For 70 million years, the continent of India has been shifting towards Asia. The collision of these two land masses has created the highest mountain chain in the world, the Himalayas. They are still growing higher and higher with each passing year. In the heart of these mountains, on the Tibet and Nepal borders, lies the sacred and sought after Mount Everest. Traveling to the east, the mountain chain slowly loses elevation traveling through Bhutan, Bangladesh, Eastern India, and Myanmar. At the eastern tail-end of this massive chain, in Southeast Asia, lies Thailand.
My first visit to Thailand, in 2002, was a life-altering experience on the opposite side of the planet. It was then I experienced a culture only before seen in mesmerizing television documentaries and in the National Geographic magazines, both of which valiently tried to capture the ancient culture.

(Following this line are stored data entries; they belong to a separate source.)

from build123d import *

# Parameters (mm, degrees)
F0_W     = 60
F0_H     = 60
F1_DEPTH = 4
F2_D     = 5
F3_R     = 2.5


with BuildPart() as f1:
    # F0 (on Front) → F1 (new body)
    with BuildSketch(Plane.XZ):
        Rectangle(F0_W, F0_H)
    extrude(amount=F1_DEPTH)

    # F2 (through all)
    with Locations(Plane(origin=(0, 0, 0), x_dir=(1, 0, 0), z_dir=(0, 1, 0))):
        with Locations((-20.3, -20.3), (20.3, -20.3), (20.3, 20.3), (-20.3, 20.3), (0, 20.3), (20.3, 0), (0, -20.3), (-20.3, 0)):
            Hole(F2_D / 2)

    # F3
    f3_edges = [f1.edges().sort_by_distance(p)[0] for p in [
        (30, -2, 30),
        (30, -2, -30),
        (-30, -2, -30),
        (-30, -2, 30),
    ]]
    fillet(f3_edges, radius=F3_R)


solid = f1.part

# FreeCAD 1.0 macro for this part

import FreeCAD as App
import Part
import Sketcher
from FreeCAD import Vector


def edges_at(feature, points):
    """Names of the edges that pass closest to the given points."""
    edges = feature.Shape.Edges
    near = lambda p: min(range(len(edges)), key=lambda i: edges[i].distToShape(Part.Vertex(*p))[0])
    return sorted({f"Edge{near(p) + 1}" for p in points})

doc = App.newDocument("Part")
body = doc.addObject("PartDesign::Body", "Body")

sketch1 = body.newObject("Sketcher::SketchObject", "Sketch")
sketch1.AttachmentSupport = (doc.getObject("XZ_Plane"), [""])
sketch1.MapMode = "FlatFace"
sketch1.addGeometry(Part.LineSegment(Vector(-30, 30, 0), Vector(-30, -30, 0)), False)
sketch1.addGeometry(Part.LineSegment(Vector(-30, -30, 0), Vector(30, -30, 0)), False)
sketch1.addGeometry(Part.LineSegment(Vector(30, -30, 0), Vector(30, 30, 0)), False)
sketch1.addGeometry(Part.LineSegment(Vector(30, 30, 0), Vector(-30, 30, 0)), False)
sketch1.addConstraint(Sketcher.Constraint("Coincident", 0, 2, 1, 1))
sketch1.addConstraint(Sketcher.Constraint("Coincident", 1, 2, 2, 1))
sketch1.addConstraint(Sketcher.Constraint("Coincident", 2, 2, 3, 1))
sketch1.addConstraint(Sketcher.Constraint("Coincident", 3, 2, 0, 1))
sketch1.addConstraint(Sketcher.Constraint("Vertical", 0))
sketch1.addConstraint(Sketcher.Constraint("Horizontal", 1))
sketch1.addConstraint(Sketcher.Constraint("Vertical", 2))
sketch1.addConstraint(Sketcher.Constraint("Horizontal", 3))
sketch1.addConstraint(Sketcher.Constraint("Symmetric", 0, 2, 2, 2, -1, 1))
sketch1.addConstraint(Sketcher.Constraint("Equal", 3, 0))
sketch1.addConstraint(Sketcher.Constraint("DistanceX", 1, 1, 1, 2, 60.0))
pad1 = body.newObject("PartDesign::Pad", "Pad")
pad1.Profile = sketch1
pad1.Length = 4

sketch2 = body.newObject("Sketcher::SketchObject", "Sketch001")
sketch2.AttachmentSupport = (doc.getObject("XZ_Plane"), [""])
sketch2.MapMode = "FlatFace"
sketch2.addGeometry(Part.Circle(Vector(-20.3, 20.3, 0), Vector(0, 0, 1), 2.5), False)
sketch2.addGeometry(Part.Circle(Vector(20.3, 20.3, 0), Vector(0, 0, 1), 2.5), False)
sketch2.addGeometry(Part.Circle(Vector(20.3, -20.3, 0), Vector(0, 0, 1), 2.5), False)
sketch2.addGeometry(Part.Circle(Vector(-20.3, -20.3, 0), Vector(0, 0, 1), 2.5), False)
sketch2.addGeometry(Part.Circle(Vector(0, -20.3, 0), Vector(0, 0, 1), 2.5), False)
sketch2.addGeometry(Part.Circle(Vector(20.3, 0, 0), Vector(0, 0, 1), 2.5), False)
sketch2.addGeometry(Part.Circle(Vector(0, 20.3, 0), Vector(0, 0, 1), 2.5), False)
sketch2.addGeometry(Part.Circle(Vector(-20.3, 0, 0), Vector(0, 0, 1), 2.5), False)
sketch2.addConstraint(Sketcher.Constraint("Equal", 0, 1))
sketch2.addConstraint(Sketcher.Constraint("Equal", 1, 2))
sketch2.addConstraint(Sketcher.Constraint("Equal", 2, 3))
sketch2.addConstraint(Sketcher.Constraint("Equal", 3, 4))
sketch2.addConstraint(Sketcher.Constraint("Equal", 4, 5))
sketch2.addConstraint(Sketcher.Constraint("Equal", 5, 6))
sketch2.addConstraint(Sketcher.Constraint("Equal", 6, 7))
sketch2.addConstraint(Sketcher.Constraint("Symmetric", 0, 3, 2, 3, -1, 1))
sketch2.addConstraint(Sketcher.Constraint("Symmetric", 1, 3, 3, 3, -1, 1))
sketch2.addConstraint(Sketcher.Constraint("Symmetric", 4, 3, 6, 3, -1, 1))
sketch2.addConstraint(Sketcher.Constraint("Symmetric", 5, 3, 7, 3, -1, 1))
sketch2.addConstraint(Sketcher.Constraint("Symmetric", 0, 3, 1, 3, -2))
sketch2.addConstraint(Sketcher.Constraint("PointOnObject", 4, 3, -2))
sketch2.addConstraint(Sketcher.Constraint("PointOnObject", 5, 3, -1))
sketch2.addConstraint(Sketcher.Constraint("Horizontal", 3, 3, 4, 3))
sketch2.addConstraint(Sketcher.Constraint("Vertical", 2, 3, 5, 3))
sketch2.addConstraint(Sketcher.Constraint("Diameter", 0, 5.0))
sketch2.addConstraint(Sketcher.Constraint("DistanceX", 0, 3, -1, 1, 20.3))
sketch2.addConstraint(Sketcher.Constraint("DistanceY", -1, 1, 0, 3, 20.3))
doc.recompute()
hole = body.newObject("PartDesign::Hole", "Hole")
hole.Profile = sketch2
hole.ThreadType = "None"
hole.Diameter = 5
hole.DepthType = "ThroughAll"
hole.Reversed = True
doc.recompute()

fillet = body.newObject("PartDesign::Fillet", "Fillet")
fillet.Base = (hole, edges_at(hole, [
    (30, -2, 30),
    (30, -2, -30),
    (-30, -2, -30),
    (-30, -2, 30),
]))
fillet.Radius = 2.5

doc.recompute()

To experience the sights, tastes, smells and sounds of Thailand transports the seeker through remnants of an ancient Buddhist culture clinging to a golden past in the grip of hard-marching westernization.
As I left Thailand in 2002, my mind was quickly consumed with my inevitable return to the "land of smiles." Now, cruising over the Pacific Ocean, five years later, at an altitude slightly higher than the Himalayan peaks themselves, I begin my 27 hour journey back to the Buddhist stronghold.